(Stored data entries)
---
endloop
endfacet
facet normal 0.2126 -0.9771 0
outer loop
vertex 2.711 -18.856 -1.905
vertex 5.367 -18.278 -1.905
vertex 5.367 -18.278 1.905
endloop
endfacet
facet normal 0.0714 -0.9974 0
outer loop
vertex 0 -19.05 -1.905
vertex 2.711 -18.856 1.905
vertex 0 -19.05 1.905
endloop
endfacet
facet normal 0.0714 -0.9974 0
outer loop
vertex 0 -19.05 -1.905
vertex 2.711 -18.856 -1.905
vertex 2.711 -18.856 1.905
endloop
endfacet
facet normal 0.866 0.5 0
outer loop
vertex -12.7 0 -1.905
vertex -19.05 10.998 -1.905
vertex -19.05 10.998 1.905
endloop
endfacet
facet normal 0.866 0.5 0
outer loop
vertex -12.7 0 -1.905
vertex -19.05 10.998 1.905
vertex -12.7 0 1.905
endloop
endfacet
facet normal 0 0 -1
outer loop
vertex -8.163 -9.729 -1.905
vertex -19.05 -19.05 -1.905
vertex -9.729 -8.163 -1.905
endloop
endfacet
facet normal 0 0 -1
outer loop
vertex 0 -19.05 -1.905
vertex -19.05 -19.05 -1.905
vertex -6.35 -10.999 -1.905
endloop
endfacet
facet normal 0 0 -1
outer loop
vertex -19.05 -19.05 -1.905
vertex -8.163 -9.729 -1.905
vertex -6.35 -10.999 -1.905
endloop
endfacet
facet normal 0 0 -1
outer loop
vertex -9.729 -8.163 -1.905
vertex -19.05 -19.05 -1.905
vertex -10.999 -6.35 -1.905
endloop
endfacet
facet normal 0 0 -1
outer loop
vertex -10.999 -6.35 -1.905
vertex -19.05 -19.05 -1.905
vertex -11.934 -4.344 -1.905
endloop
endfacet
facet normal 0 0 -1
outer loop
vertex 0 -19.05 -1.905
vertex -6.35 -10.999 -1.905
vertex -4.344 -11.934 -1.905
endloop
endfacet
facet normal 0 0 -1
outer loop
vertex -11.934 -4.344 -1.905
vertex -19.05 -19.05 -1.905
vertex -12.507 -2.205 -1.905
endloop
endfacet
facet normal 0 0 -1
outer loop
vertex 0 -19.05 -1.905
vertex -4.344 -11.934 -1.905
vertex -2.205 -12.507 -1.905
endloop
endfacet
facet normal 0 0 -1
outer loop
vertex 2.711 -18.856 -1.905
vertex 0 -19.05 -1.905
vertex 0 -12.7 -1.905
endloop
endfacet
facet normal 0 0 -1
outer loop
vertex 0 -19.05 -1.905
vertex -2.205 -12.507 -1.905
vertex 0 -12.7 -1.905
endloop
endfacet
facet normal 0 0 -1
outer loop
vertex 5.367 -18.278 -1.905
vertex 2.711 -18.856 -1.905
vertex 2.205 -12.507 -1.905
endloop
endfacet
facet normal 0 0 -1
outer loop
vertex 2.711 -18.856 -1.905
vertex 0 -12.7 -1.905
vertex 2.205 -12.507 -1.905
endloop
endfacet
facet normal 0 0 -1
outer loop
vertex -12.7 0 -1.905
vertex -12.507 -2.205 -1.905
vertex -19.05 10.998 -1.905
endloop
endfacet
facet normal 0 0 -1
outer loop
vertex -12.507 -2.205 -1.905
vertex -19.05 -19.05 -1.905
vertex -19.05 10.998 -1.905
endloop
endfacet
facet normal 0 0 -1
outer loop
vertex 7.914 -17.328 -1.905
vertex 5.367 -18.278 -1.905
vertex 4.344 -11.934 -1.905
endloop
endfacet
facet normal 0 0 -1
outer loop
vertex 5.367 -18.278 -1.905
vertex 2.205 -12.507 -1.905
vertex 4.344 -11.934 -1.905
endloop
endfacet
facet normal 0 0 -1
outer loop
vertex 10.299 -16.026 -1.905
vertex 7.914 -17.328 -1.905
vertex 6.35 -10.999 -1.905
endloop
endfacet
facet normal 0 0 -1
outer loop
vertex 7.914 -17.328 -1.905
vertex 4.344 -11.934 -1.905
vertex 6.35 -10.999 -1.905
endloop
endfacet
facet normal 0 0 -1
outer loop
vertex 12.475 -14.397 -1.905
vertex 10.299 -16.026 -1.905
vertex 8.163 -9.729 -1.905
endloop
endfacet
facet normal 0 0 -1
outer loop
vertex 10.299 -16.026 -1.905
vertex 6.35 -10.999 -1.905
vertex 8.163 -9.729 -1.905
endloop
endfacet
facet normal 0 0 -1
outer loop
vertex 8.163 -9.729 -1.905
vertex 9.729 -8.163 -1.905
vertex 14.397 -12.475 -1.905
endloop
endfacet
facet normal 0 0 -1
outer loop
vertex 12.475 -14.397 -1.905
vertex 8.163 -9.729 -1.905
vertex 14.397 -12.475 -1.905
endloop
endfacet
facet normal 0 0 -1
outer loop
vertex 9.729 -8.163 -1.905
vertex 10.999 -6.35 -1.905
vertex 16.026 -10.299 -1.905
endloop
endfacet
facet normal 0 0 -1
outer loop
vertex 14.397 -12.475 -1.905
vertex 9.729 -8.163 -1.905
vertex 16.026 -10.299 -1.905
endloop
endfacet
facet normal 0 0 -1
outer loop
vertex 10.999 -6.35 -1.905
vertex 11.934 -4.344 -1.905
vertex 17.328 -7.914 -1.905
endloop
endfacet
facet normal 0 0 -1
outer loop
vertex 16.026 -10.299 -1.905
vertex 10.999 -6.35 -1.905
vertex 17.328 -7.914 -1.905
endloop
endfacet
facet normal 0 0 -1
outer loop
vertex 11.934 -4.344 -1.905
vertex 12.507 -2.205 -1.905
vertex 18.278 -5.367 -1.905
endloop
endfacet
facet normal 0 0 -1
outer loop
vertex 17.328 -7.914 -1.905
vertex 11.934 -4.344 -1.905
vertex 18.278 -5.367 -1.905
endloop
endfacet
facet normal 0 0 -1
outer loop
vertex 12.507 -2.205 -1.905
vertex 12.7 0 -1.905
---
Copy the data above in full, exactly as it reads.

endloop
endfacet
facet normal 0.2126 -0.9771 0
outer loop
vertex 2.711 -18.856 -1.905
vertex 5.367 -18.278 -1.905
vertex 5.367 -18.278 1.905
endloop
endfacet
facet normal 0.0714 -0.9974 0
outer loop
vertex 0 -19.05 -1.905
vertex 2.711 -18.856 1.905
vertex 0 -19.05 1.905
endloop
endfacet
facet normal 0.0714 -0.9974 0
outer loop
vertex 0 -19.05 -1.905
vertex 2.711 -18.856 -1.905
vertex 2.711 -18.856 1.905
endloop
endfacet
facet normal 0.866 0.5 0
outer loop
vertex -12.7 0 -1.905
vertex -19.05 10.998 -1.905
vertex -19.05 10.998 1.905
endloop
endfacet
facet normal 0.866 0.5 0
outer loop
vertex -12.7 0 -1.905
vertex -19.05 10.998 1.905
vertex -12.7 0 1.905
endloop
endfacet
facet normal 0 0 -1
outer loop
vertex -8.163 -9.729 -1.905
vertex -19.05 -19.05 -1.905
vertex -9.729 -8.163 -1.905
endloop
endfacet
facet normal 0 0 -1
outer loop
vertex 0 -19.05 -1.905
vertex -19.05 -19.05 -1.905
vertex -6.35 -10.999 -1.905
endloop
endfacet
facet normal 0 0 -1
outer loop
vertex -19.05 -19.05 -1.905
vertex -8.163 -9.729 -1.905
vertex -6.35 -10.999 -1.905
endloop
endfacet
facet normal 0 0 -1
outer loop
vertex -9.729 -8.163 -1.905
vertex -19.05 -19.05 -1.905
vertex -10.999 -6.35 -1.905
endloop
endfacet
facet normal 0 0 -1
outer loop
vertex -10.999 -6.35 -1.905
vertex -19.05 -19.05 -1.905
vertex -11.934 -4.344 -1.905
endloop
endfacet
facet normal 0 0 -1
outer loop
vertex 0 -19.05 -1.905
vertex -6.35 -10.999 -1.905
vertex -4.344 -11.934 -1.905
endloop
endfacet
facet normal 0 0 -1
outer loop
vertex -11.934 -4.344 -1.905
vertex -19.05 -19.05 -1.905
vertex -12.507 -2.205 -1.905
endloop
endfacet
facet normal 0 0 -1
outer loop
vertex 0 -19.05 -1.905
vertex -4.344 -11.934 -1.905
vertex -2.205 -12.507 -1.905
endloop
endfacet
facet normal 0 0 -1
outer loop
vertex 2.711 -18.856 -1.905
vertex 0 -19.05 -1.905
vertex 0 -12.7 -1.905
endloop
endfacet
facet normal 0 0 -1
outer loop
vertex 0 -19.05 -1.905
vertex -2.205 -12.507 -1.905
vertex 0 -12.7 -1.905
endloop
endfacet
facet normal 0 0 -1
outer loop
vertex 5.367 -18.278 -1.905
vertex 2.711 -18.856 -1.905
vertex 2.205 -12.507 -1.905
endloop
endfacet
facet normal 0 0 -1
outer loop
vertex 2.711 -18.856 -1.905
vertex 0 -12.7 -1.905
vertex 2.205 -12.507 -1.905
endloop
endfacet
facet normal 0 0 -1
outer loop
vertex -12.7 0 -1.905
vertex -12.507 -2.205 -1.905
vertex -19.05 10.998 -1.905
endloop
endfacet
facet normal 0 0 -1
outer loop
vertex -12.507 -2.205 -1.905
vertex -19.05 -19.05 -1.905
vertex -19.05 10.998 -1.905
endloop
endfacet
facet normal 0 0 -1
outer loop
vertex 7.914 -17.328 -1.905
vertex 5.367 -18.278 -1.905
vertex 4.344 -11.934 -1.905
endloop
endfacet
facet normal 0 0 -1
outer loop
vertex 5.367 -18.278 -1.905
vertex 2.205 -12.507 -1.905
vertex 4.344 -11.934 -1.905
endloop
endfacet
facet normal 0 0 -1
outer loop
vertex 10.299 -16.026 -1.905
vertex 7.914 -17.328 -1.905
vertex 6.35 -10.999 -1.905
endloop
endfacet
facet normal 0 0 -1
outer loop
vertex 7.914 -17.328 -1.905
vertex 4.344 -11.934 -1.905
vertex 6.35 -10.999 -1.905
endloop
endfacet
facet normal 0 0 -1
outer loop
vertex 12.475 -14.397 -1.905
vertex 10.299 -16.026 -1.905
vertex 8.163 -9.729 -1.905
endloop
endfacet
facet normal 0 0 -1
outer loop
vertex 10.299 -16.026 -1.905
vertex 6.35 -10.999 -1.905
vertex 8.163 -9.729 -1.905
endloop
endfacet
facet normal 0 0 -1
outer loop
vertex 8.163 -9.729 -1.905
vertex 9.729 -8.163 -1.905
vertex 14.397 -12.475 -1.905
endloop
endfacet
facet normal 0 0 -1
outer loop
vertex 12.475 -14.397 -1.905
vertex 8.163 -9.729 -1.905
vertex 14.397 -12.475 -1.905
endloop
endfacet
facet normal 0 0 -1
outer loop
vertex 9.729 -8.163 -1.905
vertex 10.999 -6.35 -1.905
vertex 16.026 -10.299 -1.905
endloop
endfacet
facet normal 0 0 -1
outer loop
vertex 14.397 -12.475 -1.905
vertex 9.729 -8.163 -1.905
vertex 16.026 -10.299 -1.905
endloop
endfacet
facet normal 0 0 -1
outer loop
vertex 10.999 -6.35 -1.905
vertex 11.934 -4.344 -1.905
vertex 17.328 -7.914 -1.905
endloop
endfacet
facet normal 0 0 -1
outer loop
vertex 16.026 -10.299 -1.905
vertex 10.999 -6.35 -1.905
vertex 17.328 -7.914 -1.905
endloop
endfacet
facet normal 0 0 -1
outer loop
vertex 11.934 -4.344 -1.905
vertex 12.507 -2.205 -1.905
vertex 18.278 -5.367 -1.905
endloop
endfacet
facet normal 0 0 -1
outer loop
vertex 17.328 -7.914 -1.905
vertex 11.934 -4.344 -1.905
vertex 18.278 -5.367 -1.905
endloop
endfacet
facet normal 0 0 -1
outer loop
vertex 12.507 -2.205 -1.905
vertex 12.7 0 -1.905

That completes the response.